Они целуются. Ради привязанности. Ради науки. Ради окситоцина. Да какая разница. Главное — они целуются.
— В следующий раз мы можем попробовать использовать в этом эксперименте Lingua, а не только Labia Oris.
— В следующий раз, — зачарованно повторяет Исак, и его глаза искрятся, и он не обращает внимания на тот факт, что Эвену пришлось погуглить латинское слова, обозначающее «язык». — Когда я вернусь?
— Когда ты вернёшься, — кивает Эвен, заправляя прядь волос Исаку за ухо. — Если захочешь.
— Ты будешь меня ждать? — спрашивает Исак и поднимает на Эвена большие округлившиеся глаза, в которых застыла мольба. Он такой милый.
— Я буду тебя ждать. В конце концов ты ведь мой партнёр по науке.
— Да.
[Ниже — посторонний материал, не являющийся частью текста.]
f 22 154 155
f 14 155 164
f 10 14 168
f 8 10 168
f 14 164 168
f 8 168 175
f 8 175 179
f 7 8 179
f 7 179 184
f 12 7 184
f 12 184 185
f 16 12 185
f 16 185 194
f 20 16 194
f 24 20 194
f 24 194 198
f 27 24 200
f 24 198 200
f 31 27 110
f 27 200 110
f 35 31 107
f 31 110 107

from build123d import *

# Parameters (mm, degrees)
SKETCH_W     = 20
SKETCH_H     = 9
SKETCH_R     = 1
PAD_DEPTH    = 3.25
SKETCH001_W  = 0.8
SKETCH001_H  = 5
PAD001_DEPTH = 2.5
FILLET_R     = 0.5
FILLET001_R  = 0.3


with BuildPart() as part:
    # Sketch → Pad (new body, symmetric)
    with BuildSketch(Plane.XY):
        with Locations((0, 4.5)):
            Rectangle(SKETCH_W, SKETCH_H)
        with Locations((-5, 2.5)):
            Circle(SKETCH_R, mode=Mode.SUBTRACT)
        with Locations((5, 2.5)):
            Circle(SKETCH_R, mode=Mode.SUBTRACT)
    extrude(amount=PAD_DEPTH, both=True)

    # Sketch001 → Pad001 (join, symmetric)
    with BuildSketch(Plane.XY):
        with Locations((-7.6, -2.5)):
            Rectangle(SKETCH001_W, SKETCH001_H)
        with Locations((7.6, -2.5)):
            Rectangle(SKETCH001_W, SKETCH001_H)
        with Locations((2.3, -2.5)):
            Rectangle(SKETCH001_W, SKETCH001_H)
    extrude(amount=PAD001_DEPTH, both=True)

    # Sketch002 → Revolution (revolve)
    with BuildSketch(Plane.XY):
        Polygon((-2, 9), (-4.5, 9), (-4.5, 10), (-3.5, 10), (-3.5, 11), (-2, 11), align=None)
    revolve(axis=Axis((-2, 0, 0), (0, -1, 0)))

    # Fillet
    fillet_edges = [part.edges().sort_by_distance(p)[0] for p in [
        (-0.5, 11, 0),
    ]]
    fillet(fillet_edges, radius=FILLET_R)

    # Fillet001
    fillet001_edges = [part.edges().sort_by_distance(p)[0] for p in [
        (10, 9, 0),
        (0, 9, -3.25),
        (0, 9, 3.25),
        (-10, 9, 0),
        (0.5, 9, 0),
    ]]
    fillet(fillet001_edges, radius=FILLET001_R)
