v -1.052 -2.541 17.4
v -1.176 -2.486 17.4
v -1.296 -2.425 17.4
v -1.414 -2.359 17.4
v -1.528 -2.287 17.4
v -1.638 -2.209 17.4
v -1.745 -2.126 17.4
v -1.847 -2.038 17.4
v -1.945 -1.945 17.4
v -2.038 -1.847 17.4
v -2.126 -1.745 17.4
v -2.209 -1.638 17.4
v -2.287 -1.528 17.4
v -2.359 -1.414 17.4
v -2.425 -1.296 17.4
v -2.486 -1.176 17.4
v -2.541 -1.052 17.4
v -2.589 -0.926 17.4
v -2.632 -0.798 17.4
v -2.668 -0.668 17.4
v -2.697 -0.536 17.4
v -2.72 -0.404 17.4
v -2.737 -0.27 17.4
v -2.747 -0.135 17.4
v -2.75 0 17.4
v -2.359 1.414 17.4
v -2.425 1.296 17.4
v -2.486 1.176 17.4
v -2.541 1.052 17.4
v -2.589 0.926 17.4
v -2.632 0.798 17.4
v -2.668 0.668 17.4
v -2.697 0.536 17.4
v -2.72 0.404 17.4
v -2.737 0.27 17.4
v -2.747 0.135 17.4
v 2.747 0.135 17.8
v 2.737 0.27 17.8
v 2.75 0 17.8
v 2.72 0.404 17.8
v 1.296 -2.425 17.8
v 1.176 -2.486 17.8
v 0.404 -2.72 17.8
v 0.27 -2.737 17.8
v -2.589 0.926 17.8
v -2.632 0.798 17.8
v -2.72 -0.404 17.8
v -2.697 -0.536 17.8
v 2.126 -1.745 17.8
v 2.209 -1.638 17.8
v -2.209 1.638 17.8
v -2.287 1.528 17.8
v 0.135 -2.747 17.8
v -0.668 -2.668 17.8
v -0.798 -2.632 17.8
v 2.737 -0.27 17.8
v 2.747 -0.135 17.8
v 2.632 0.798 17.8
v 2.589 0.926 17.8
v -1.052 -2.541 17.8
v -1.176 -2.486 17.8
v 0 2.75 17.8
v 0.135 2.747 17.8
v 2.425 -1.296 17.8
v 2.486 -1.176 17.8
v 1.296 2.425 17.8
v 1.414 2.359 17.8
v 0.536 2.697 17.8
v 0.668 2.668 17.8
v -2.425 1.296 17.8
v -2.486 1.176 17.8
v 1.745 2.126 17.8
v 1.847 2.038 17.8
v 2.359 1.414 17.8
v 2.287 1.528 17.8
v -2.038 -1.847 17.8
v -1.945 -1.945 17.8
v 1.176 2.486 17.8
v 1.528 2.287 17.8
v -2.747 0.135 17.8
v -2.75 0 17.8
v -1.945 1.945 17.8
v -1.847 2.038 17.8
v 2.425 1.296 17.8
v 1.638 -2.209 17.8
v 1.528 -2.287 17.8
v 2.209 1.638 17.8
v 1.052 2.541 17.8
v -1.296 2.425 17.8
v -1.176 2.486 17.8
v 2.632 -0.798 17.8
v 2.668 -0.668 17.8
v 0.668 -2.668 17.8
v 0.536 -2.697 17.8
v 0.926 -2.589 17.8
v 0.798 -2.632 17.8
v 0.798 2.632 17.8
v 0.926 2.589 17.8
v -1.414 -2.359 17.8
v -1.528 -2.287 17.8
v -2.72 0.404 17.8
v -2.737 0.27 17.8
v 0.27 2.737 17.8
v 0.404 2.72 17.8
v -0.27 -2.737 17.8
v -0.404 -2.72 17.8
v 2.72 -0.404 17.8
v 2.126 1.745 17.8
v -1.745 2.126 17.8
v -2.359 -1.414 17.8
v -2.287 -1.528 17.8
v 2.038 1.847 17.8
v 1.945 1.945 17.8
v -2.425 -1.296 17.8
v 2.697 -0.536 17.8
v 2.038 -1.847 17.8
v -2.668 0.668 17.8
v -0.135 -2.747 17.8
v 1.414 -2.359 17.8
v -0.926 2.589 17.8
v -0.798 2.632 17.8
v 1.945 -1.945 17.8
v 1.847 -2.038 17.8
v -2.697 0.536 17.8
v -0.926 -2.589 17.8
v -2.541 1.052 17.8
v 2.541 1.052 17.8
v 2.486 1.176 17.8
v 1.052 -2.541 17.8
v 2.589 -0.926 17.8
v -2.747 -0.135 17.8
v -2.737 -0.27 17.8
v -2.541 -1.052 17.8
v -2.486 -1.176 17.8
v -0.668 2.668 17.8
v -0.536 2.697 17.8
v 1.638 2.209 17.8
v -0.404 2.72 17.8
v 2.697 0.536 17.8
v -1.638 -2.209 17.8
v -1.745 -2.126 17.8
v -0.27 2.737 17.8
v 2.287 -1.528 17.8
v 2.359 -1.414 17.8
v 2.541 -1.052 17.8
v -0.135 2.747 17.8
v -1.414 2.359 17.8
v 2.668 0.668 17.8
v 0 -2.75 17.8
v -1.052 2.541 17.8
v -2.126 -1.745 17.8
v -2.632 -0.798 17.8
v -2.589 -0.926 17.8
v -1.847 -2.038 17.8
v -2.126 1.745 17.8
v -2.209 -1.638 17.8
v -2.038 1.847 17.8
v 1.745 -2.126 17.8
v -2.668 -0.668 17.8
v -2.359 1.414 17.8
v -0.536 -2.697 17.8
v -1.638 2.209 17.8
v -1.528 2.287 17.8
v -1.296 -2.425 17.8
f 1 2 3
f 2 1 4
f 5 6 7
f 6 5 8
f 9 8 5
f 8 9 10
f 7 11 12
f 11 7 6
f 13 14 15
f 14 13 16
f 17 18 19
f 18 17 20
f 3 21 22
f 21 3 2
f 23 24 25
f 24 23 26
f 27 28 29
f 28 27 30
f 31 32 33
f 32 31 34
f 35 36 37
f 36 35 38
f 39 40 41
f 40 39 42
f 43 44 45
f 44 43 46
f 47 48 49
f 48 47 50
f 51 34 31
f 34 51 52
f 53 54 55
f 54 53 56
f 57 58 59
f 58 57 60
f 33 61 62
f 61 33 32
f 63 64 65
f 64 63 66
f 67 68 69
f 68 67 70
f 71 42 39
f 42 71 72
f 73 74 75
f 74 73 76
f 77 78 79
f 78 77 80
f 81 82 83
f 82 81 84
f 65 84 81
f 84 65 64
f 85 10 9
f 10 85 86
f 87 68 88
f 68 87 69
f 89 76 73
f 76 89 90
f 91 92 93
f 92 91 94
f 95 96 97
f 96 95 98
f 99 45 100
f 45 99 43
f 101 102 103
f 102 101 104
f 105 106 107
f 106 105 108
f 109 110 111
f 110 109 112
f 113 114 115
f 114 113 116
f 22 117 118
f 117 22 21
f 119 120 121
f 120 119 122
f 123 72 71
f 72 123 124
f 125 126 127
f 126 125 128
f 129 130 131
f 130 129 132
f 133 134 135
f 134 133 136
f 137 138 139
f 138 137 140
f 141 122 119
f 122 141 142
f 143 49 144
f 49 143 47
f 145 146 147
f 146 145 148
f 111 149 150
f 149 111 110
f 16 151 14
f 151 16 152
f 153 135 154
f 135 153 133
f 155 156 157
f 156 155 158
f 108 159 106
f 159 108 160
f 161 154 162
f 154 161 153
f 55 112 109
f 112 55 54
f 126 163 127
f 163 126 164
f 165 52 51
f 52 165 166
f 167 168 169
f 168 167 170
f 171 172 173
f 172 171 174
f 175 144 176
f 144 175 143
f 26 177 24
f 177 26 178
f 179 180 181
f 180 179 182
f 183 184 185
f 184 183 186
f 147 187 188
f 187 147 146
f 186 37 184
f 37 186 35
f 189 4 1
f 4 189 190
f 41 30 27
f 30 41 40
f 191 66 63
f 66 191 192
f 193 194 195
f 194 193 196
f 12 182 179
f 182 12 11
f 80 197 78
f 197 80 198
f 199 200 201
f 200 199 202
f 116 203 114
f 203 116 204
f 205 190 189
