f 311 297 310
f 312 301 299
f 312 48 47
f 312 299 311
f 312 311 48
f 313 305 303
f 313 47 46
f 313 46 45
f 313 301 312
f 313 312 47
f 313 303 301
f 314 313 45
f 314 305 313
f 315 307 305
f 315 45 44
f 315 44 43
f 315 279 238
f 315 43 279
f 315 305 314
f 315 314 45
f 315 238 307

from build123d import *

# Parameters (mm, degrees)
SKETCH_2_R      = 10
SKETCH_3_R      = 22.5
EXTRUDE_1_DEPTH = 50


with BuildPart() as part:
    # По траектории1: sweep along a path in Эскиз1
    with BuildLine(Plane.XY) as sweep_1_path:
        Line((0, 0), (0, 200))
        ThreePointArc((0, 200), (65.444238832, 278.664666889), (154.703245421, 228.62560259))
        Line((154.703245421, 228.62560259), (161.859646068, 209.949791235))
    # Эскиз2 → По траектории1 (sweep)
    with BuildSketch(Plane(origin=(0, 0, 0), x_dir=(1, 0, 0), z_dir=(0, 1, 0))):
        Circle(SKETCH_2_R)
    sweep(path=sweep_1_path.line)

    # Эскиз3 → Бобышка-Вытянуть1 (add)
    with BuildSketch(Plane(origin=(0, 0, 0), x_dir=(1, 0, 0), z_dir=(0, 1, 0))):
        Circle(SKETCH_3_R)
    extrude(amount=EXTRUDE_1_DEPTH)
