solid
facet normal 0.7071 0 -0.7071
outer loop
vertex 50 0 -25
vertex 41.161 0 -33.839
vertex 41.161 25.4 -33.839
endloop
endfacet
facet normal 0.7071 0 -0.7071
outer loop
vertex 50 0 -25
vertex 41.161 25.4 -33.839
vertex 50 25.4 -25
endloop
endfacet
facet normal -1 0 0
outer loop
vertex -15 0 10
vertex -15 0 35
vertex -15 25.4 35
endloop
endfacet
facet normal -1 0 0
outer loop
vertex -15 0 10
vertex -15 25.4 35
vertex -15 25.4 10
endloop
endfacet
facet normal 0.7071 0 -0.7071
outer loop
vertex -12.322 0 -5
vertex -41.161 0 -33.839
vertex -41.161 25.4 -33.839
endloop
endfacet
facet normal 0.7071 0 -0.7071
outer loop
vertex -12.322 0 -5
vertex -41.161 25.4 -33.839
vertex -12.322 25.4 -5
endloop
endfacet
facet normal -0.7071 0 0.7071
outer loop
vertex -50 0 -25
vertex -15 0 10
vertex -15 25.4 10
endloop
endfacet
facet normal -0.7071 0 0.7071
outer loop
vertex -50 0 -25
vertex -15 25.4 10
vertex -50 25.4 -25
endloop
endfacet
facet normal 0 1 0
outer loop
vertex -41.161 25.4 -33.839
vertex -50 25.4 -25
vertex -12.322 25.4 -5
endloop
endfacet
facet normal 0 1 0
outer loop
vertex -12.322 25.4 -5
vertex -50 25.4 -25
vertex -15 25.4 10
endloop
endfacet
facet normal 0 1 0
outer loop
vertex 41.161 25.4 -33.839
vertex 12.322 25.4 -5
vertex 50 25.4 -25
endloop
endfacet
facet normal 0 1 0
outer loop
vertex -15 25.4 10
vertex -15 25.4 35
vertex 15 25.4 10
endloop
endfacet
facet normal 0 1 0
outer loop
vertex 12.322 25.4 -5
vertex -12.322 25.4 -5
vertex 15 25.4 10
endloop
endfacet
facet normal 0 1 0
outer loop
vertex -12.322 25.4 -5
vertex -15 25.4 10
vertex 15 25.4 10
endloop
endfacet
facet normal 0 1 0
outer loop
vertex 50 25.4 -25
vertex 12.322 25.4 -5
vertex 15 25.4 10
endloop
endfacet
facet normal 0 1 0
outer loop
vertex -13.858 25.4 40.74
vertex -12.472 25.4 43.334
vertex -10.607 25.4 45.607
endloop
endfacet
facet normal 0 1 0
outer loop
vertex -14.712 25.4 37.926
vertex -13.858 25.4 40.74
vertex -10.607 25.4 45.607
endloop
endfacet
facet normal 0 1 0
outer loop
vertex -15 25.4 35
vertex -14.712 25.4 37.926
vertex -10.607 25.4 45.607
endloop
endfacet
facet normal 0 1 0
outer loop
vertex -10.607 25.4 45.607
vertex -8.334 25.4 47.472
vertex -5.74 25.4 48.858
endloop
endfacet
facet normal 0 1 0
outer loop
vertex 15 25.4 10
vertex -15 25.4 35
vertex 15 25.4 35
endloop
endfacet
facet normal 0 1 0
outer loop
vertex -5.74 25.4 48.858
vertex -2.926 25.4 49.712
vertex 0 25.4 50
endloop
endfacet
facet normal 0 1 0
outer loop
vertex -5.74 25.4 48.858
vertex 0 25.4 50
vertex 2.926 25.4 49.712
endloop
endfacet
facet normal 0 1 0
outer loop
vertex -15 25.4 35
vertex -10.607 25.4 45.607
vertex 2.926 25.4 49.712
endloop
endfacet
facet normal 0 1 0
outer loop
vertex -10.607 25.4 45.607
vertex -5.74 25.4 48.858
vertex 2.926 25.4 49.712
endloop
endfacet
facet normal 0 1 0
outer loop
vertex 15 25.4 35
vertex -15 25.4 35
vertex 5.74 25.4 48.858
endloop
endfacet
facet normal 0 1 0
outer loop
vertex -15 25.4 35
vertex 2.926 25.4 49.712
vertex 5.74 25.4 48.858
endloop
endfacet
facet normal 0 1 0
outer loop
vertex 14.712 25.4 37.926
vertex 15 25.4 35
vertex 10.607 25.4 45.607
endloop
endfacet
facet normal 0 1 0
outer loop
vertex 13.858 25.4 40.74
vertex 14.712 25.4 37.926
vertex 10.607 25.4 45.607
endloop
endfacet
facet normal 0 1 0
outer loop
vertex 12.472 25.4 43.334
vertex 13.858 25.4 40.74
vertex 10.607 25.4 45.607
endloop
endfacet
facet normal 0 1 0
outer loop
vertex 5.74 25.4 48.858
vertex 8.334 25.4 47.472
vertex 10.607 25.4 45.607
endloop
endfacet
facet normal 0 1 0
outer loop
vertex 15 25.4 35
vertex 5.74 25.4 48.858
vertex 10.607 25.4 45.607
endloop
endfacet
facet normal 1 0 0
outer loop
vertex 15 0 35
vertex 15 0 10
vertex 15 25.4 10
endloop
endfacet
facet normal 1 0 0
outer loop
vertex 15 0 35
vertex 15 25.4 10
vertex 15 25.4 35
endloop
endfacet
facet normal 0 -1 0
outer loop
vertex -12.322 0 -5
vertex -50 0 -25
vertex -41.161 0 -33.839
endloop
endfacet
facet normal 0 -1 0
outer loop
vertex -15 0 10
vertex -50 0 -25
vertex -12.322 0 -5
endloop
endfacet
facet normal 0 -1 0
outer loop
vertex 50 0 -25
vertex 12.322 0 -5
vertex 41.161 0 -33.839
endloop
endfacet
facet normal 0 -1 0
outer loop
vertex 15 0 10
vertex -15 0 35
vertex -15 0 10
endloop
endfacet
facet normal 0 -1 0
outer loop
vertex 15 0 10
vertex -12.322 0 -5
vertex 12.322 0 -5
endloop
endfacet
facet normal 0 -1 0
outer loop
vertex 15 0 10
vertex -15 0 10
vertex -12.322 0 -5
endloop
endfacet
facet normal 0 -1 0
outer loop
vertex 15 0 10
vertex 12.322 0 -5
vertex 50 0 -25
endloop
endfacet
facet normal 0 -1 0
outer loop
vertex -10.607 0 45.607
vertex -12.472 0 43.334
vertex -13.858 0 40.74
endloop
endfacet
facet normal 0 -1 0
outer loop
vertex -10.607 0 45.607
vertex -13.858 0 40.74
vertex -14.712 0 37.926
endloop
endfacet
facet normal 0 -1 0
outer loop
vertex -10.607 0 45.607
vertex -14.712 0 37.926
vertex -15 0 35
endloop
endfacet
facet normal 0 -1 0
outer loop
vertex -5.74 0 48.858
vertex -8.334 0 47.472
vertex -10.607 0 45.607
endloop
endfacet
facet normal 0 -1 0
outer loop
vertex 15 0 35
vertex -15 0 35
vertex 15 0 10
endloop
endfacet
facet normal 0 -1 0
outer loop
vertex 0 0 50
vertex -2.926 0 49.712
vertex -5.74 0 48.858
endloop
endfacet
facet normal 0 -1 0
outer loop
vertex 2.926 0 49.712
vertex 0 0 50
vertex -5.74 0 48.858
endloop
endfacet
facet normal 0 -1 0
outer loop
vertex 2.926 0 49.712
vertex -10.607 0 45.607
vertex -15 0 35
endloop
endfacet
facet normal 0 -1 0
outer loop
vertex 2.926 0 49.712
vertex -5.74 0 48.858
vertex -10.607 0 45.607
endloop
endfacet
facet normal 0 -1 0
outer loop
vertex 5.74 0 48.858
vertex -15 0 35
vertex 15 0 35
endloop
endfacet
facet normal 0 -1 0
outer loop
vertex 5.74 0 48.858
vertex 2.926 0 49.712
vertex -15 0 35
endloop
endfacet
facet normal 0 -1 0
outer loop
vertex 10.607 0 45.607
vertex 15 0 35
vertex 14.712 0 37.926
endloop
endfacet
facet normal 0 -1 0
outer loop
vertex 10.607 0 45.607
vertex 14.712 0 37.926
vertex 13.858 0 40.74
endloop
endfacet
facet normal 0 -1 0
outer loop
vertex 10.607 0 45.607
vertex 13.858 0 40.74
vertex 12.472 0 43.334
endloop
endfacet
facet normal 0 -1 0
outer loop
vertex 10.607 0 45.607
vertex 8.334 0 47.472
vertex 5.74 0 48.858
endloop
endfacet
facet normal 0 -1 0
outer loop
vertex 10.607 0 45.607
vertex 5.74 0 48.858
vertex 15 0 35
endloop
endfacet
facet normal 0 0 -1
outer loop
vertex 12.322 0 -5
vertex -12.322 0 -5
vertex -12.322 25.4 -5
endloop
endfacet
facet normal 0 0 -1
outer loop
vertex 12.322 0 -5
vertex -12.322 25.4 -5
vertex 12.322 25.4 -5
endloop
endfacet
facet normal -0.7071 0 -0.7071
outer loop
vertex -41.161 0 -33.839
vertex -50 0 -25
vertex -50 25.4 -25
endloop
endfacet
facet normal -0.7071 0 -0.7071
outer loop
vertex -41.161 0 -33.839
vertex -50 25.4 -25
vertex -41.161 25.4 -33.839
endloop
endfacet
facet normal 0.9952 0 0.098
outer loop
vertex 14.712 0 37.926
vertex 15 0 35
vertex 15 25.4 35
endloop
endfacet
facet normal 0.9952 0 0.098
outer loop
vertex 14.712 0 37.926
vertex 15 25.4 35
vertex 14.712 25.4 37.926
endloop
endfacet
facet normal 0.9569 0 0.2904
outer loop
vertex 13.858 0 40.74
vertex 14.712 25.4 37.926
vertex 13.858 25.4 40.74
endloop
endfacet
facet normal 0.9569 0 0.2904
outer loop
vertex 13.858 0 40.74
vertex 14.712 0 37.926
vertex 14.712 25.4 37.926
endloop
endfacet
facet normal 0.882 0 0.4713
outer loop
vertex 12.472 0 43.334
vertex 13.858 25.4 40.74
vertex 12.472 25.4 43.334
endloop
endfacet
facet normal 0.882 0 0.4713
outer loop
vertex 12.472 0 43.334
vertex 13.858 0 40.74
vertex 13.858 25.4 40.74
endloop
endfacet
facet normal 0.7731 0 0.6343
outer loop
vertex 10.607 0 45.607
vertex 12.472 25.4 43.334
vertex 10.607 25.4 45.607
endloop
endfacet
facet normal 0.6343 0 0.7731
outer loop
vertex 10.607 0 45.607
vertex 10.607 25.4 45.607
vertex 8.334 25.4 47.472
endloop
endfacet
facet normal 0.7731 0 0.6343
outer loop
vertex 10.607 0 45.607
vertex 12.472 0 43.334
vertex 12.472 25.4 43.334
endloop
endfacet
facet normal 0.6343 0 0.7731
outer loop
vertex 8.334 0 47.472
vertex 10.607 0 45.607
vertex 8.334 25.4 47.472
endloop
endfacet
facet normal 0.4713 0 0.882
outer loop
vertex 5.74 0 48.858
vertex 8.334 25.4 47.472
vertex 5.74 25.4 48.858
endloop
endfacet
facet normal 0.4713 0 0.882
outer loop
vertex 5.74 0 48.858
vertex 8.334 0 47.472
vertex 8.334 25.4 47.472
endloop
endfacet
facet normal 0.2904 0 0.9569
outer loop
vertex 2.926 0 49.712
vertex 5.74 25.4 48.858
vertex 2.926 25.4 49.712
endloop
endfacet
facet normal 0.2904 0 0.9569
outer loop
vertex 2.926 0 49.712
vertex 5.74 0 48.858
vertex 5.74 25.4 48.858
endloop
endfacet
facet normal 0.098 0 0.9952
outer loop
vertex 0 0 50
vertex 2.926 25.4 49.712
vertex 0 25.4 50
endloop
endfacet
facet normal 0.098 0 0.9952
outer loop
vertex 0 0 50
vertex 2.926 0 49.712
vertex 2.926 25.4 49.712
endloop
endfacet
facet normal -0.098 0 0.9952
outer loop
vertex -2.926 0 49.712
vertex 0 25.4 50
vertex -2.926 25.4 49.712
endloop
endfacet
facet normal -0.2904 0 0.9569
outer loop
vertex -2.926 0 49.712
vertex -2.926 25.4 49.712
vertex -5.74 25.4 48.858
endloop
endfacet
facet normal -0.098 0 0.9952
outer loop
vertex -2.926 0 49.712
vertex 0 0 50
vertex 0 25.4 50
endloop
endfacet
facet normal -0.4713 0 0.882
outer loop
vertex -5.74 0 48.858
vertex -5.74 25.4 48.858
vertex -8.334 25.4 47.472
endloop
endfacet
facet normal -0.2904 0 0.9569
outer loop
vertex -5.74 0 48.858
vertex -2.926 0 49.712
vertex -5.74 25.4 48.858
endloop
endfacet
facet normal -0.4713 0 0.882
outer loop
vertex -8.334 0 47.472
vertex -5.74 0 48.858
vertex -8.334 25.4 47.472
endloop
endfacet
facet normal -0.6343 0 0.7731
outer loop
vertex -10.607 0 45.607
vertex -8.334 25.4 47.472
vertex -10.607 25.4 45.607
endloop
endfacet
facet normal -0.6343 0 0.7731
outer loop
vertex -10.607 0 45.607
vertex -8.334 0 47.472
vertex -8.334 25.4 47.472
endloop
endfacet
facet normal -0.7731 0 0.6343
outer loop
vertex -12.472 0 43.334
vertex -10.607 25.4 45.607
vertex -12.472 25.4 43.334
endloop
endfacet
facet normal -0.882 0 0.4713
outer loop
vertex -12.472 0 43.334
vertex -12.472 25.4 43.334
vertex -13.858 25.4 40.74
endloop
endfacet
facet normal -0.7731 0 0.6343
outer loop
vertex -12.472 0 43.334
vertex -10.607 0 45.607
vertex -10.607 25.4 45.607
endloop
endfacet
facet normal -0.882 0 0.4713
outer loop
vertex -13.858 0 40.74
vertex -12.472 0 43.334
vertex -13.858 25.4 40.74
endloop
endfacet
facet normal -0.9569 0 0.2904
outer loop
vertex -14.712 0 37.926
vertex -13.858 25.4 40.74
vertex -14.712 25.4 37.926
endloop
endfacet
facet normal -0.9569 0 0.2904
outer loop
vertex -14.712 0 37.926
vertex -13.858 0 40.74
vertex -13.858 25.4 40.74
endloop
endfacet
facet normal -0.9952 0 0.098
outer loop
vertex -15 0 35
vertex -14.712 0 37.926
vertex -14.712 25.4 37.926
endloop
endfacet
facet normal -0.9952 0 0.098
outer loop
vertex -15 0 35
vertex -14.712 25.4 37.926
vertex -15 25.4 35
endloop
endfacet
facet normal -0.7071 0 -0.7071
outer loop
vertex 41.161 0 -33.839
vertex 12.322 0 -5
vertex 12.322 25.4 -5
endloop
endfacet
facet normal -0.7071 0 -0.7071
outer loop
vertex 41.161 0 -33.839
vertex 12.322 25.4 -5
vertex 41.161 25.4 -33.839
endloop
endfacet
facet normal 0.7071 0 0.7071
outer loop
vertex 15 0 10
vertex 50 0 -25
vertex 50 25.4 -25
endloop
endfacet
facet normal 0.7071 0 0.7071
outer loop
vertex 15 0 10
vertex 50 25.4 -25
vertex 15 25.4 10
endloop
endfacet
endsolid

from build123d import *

# Parameters (mm, degrees)
F0_R     = 12.5
F1_DEPTH = 25.4


with BuildPart() as f1:
    # F0 (on Front) → F1 (new body)
    with BuildSketch(Plane.XZ):
        with BuildLine():
            Line((15, 10), (15, 35))
            ThreePointArc((15, 35), (0, 50), (-15, 35))
            Line((-15, 35), (-15, 10))
            Line((-15, 10), (-50, -25))
            Line((-50, -25), (-41.1611652352, -33.8388347648))
            Line((-41.1611652352, -33.8388347648), (-12.3223304703, -5))
            Line((-12.3223304703, -5), (0, -5))
            Line((0, -5), (12.3223304703, -5))
            Line((12.3223304703, -5), (41.1611652352, -33.8388347648))
            Line((41.1611652352, -33.8388347648), (50, -25))
            Line((50, -25), (15, 10))
        make_face()
        with Locations((0, 35)):
            Circle(F0_R, mode=Mode.SUBTRACT)
        with Locations((0, 35)):
            Circle(F0_R)
    extrude(amount=-F1_DEPTH)


solid = f1.part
В конце концов мы учёные, не гомосексуалы, — лучезарно улыбается Исак.
И Эвен знает, что велика вероятность того, что Исак прав, что всё дело в окситоцине и других химических веществах, что они сейчас так милы друг с другом, и улыбаются, и целуются, и дают обещания под влиянием гормонов счастья, а не настоящих чувств. Эвен это знает. Но он готов на решительный поступок, он готов рискнуть. Он хочет найти в себе силы и не скрывать свои чувства. Эвен хочет бросить вызов теории вероятности. Ради него. Эвен хочет сделать это ради него.
— Потому что это наука. Не гомосексуальность, — шепчет Эвен.
— Наука, — повторяет Исак, потом встаёт на цыпочки и в последний раз целует Эвена. — Не гомосексуальность.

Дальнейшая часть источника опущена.